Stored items
= Beginning of Section =
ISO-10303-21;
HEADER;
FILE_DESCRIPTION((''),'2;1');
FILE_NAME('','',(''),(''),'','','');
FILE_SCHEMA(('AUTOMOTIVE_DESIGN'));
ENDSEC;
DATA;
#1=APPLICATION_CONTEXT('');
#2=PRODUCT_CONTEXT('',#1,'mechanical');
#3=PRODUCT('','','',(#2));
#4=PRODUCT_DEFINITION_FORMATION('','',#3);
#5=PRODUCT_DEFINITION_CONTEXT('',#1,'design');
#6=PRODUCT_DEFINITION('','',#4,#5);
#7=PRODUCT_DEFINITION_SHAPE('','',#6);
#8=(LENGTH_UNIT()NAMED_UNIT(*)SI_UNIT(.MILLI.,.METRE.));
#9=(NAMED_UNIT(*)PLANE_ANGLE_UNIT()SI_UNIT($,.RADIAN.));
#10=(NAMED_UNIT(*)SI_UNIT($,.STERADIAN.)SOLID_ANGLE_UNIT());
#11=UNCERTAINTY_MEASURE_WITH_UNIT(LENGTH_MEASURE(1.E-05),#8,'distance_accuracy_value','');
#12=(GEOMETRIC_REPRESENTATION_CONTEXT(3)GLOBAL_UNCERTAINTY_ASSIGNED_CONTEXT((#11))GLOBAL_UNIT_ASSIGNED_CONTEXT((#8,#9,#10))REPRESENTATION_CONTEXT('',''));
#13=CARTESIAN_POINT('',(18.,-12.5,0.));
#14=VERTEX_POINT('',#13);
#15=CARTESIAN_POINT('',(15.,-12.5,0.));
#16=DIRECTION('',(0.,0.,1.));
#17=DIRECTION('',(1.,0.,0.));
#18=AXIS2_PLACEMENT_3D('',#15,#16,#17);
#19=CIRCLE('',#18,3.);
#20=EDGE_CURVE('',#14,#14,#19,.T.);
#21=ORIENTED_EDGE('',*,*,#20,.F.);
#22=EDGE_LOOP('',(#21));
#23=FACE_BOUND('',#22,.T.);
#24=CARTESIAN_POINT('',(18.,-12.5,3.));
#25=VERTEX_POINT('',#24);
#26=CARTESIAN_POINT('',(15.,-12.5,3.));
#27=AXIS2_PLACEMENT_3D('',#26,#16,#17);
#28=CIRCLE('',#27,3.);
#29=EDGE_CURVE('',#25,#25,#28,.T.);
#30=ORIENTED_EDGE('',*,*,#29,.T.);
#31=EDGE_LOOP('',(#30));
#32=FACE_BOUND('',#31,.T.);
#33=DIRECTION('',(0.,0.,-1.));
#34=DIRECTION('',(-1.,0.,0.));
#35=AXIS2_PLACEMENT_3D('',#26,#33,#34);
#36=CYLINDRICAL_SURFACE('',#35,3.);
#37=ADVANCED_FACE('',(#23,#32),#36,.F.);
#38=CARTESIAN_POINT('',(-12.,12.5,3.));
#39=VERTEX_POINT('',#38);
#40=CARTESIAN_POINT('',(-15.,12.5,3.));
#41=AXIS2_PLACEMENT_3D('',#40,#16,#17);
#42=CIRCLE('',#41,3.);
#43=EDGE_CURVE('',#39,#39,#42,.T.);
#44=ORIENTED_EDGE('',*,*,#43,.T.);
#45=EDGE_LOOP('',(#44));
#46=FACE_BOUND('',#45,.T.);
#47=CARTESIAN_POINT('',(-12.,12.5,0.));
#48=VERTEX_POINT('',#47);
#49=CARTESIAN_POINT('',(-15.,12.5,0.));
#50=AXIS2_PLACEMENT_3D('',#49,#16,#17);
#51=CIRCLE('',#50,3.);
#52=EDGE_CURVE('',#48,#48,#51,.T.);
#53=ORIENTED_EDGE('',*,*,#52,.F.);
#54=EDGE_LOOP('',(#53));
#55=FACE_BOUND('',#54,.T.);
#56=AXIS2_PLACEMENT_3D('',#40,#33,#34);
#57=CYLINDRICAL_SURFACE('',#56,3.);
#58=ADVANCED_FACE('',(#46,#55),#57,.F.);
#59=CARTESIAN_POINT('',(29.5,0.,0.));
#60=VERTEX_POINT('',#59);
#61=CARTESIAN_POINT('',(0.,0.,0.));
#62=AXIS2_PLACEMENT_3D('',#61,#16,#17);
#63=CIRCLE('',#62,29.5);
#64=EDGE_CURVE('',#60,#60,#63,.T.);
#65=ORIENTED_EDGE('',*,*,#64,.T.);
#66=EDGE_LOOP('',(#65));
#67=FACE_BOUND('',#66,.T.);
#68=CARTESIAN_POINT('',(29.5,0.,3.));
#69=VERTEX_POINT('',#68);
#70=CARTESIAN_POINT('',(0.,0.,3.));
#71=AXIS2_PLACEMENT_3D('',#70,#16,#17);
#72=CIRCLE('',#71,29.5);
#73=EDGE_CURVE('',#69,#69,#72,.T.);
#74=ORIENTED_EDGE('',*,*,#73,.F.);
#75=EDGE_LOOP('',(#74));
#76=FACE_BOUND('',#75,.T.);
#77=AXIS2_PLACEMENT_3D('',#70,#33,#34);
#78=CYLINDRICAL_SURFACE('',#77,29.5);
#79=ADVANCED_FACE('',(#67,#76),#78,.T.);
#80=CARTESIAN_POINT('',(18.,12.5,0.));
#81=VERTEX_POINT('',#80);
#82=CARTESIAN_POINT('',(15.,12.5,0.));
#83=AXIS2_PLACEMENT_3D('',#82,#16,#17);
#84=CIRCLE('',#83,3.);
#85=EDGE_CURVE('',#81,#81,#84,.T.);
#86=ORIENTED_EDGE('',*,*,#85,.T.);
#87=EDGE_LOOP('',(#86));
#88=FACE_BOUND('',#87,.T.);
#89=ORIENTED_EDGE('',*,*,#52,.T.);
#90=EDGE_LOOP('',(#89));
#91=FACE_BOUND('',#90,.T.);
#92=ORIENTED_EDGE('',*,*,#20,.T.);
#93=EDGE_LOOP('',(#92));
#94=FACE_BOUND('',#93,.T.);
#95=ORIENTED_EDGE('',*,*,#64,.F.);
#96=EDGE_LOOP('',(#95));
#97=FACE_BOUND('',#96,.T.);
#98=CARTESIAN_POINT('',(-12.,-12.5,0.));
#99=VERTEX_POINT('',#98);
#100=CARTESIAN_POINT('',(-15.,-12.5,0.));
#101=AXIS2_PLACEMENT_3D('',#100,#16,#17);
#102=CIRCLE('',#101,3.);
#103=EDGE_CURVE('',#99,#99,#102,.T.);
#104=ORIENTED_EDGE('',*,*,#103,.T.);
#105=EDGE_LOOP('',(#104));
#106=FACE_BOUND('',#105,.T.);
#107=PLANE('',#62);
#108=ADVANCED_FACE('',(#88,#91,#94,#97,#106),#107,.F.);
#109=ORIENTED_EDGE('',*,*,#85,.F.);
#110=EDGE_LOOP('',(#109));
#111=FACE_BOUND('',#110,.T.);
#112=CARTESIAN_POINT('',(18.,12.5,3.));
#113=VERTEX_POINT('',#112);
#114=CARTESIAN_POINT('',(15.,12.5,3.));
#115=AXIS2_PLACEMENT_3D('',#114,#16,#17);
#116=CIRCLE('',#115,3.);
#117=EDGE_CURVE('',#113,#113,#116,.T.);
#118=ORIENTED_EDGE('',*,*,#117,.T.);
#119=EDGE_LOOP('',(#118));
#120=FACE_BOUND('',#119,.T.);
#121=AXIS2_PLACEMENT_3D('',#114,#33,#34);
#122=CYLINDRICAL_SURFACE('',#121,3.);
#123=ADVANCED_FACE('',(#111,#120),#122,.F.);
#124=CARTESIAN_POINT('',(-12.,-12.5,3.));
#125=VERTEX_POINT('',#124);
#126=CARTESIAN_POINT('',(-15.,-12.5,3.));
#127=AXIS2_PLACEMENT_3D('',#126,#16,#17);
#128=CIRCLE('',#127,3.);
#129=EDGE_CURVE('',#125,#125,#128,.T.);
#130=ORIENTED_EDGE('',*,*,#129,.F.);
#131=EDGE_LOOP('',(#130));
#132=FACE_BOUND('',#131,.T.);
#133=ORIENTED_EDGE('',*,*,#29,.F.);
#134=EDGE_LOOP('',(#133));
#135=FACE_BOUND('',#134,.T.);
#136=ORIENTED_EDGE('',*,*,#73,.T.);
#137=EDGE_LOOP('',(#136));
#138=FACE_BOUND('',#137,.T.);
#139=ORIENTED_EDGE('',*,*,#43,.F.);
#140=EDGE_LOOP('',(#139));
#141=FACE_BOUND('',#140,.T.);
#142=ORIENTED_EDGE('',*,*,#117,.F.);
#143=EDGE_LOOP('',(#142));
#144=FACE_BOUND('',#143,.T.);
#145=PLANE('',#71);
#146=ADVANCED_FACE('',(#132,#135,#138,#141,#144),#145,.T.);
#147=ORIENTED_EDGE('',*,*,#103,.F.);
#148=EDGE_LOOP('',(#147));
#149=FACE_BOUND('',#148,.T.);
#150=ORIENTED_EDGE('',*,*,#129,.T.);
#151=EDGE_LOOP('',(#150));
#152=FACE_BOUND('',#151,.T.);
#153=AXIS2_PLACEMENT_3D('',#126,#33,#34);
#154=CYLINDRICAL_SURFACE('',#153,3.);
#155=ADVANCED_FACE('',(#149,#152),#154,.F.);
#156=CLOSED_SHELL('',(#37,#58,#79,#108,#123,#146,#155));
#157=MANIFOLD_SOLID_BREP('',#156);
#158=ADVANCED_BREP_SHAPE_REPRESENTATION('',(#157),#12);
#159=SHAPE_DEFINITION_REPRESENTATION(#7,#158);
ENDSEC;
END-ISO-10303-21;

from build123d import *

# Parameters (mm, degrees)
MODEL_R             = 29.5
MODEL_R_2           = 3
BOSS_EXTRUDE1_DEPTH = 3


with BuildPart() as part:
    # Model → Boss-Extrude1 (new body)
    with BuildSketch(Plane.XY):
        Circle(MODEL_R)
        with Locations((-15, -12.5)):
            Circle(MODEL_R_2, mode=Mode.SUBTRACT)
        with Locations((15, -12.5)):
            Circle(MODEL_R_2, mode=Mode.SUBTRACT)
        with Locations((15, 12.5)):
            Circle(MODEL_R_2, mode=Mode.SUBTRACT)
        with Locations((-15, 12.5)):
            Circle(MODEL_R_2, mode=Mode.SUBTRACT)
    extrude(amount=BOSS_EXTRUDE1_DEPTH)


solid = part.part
= End of Section =
● **Aim of the exercise**:
In your reply, restate exactly the lines from the start of the records above through the line holding "#47=CARTESIAN_POINT('',(-12.,12.5,0.));", including both, and nothing else.

● **Solution for this exercise**:
ISO-10303-21;
HEADER;
FILE_DESCRIPTION((''),'2;1');
FILE_NAME('','',(''),(''),'','','');
FILE_SCHEMA(('AUTOMOTIVE_DESIGN'));
ENDSEC;
DATA;
#1=APPLICATION_CONTEXT('');
#2=PRODUCT_CONTEXT('',#1,'mechanical');
#3=PRODUCT('','','',(#2));
#4=PRODUCT_DEFINITION_FORMATION('','',#3);
#5=PRODUCT_DEFINITION_CONTEXT('',#1,'design');
#6=PRODUCT_DEFINITION('','',#4,#5);
#7=PRODUCT_DEFINITION_SHAPE('','',#6);
#8=(LENGTH_UNIT()NAMED_UNIT(*)SI_UNIT(.MILLI.,.METRE.));
#9=(NAMED_UNIT(*)PLANE_ANGLE_UNIT()SI_UNIT($,.RADIAN.));
#10=(NAMED_UNIT(*)SI_UNIT($,.STERADIAN.)SOLID_ANGLE_UNIT());
#11=UNCERTAINTY_MEASURE_WITH_UNIT(LENGTH_MEASURE(1.E-05),#8,'distance_accuracy_value','');
#12=(GEOMETRIC_REPRESENTATION_CONTEXT(3)GLOBAL_UNCERTAINTY_ASSIGNED_CONTEXT((#11))GLOBAL_UNIT_ASSIGNED_CONTEXT((#8,#9,#10))REPRESENTATION_CONTEXT('',''));
#13=CARTESIAN_POINT('',(18.,-12.5,0.));
#14=VERTEX_POINT('',#13);
#15=CARTESIAN_POINT('',(15.,-12.5,0.));
#16=DIRECTION('',(0.,0.,1.));
#17=DIRECTION('',(1.,0.,0.));
#18=AXIS2_PLACEMENT_3D('',#15,#16,#17);
#19=CIRCLE('',#18,3.);
#20=EDGE_CURVE('',#14,#14,#19,.T.);
#21=ORIENTED_EDGE('',*,*,#20,.F.);
#22=EDGE_LOOP('',(#21));
#23=FACE_BOUND('',#22,.T.);
#24=CARTESIAN_POINT('',(18.,-12.5,3.));
#25=VERTEX_POINT('',#24);
#26=CARTESIAN_POINT('',(15.,-12.5,3.));
#27=AXIS2_PLACEMENT_3D('',#26,#16,#17);
#28=CIRCLE('',#27,3.);
#29=EDGE_CURVE('',#25,#25,#28,.T.);
#30=ORIENTED_EDGE('',*,*,#29,.T.);
#31=EDGE_LOOP('',(#30));
#32=FACE_BOUND('',#31,.T.);
#33=DIRECTION('',(0.,0.,-1.));
#34=DIRECTION('',(-1.,0.,0.));
#35=AXIS2_PLACEMENT_3D('',#26,#33,#34);
#36=CYLINDRICAL_SURFACE('',#35,3.);
#37=ADVANCED_FACE('',(#23,#32),#36,.F.);
#38=CARTESIAN_POINT('',(-12.,12.5,3.));
#39=VERTEX_POINT('',#38);
#40=CARTESIAN_POINT('',(-15.,12.5,3.));
#41=AXIS2_PLACEMENT_3D('',#40,#16,#17);
#42=CIRCLE('',#41,3.);
#43=EDGE_CURVE('',#39,#39,#42,.T.);
#44=ORIENTED_EDGE('',*,*,#43,.T.);
#45=EDGE_LOOP('',(#44));
#46=FACE_BOUND('',#45,.T.);
#47=CARTESIAN_POINT('',(-12.,12.5,0.));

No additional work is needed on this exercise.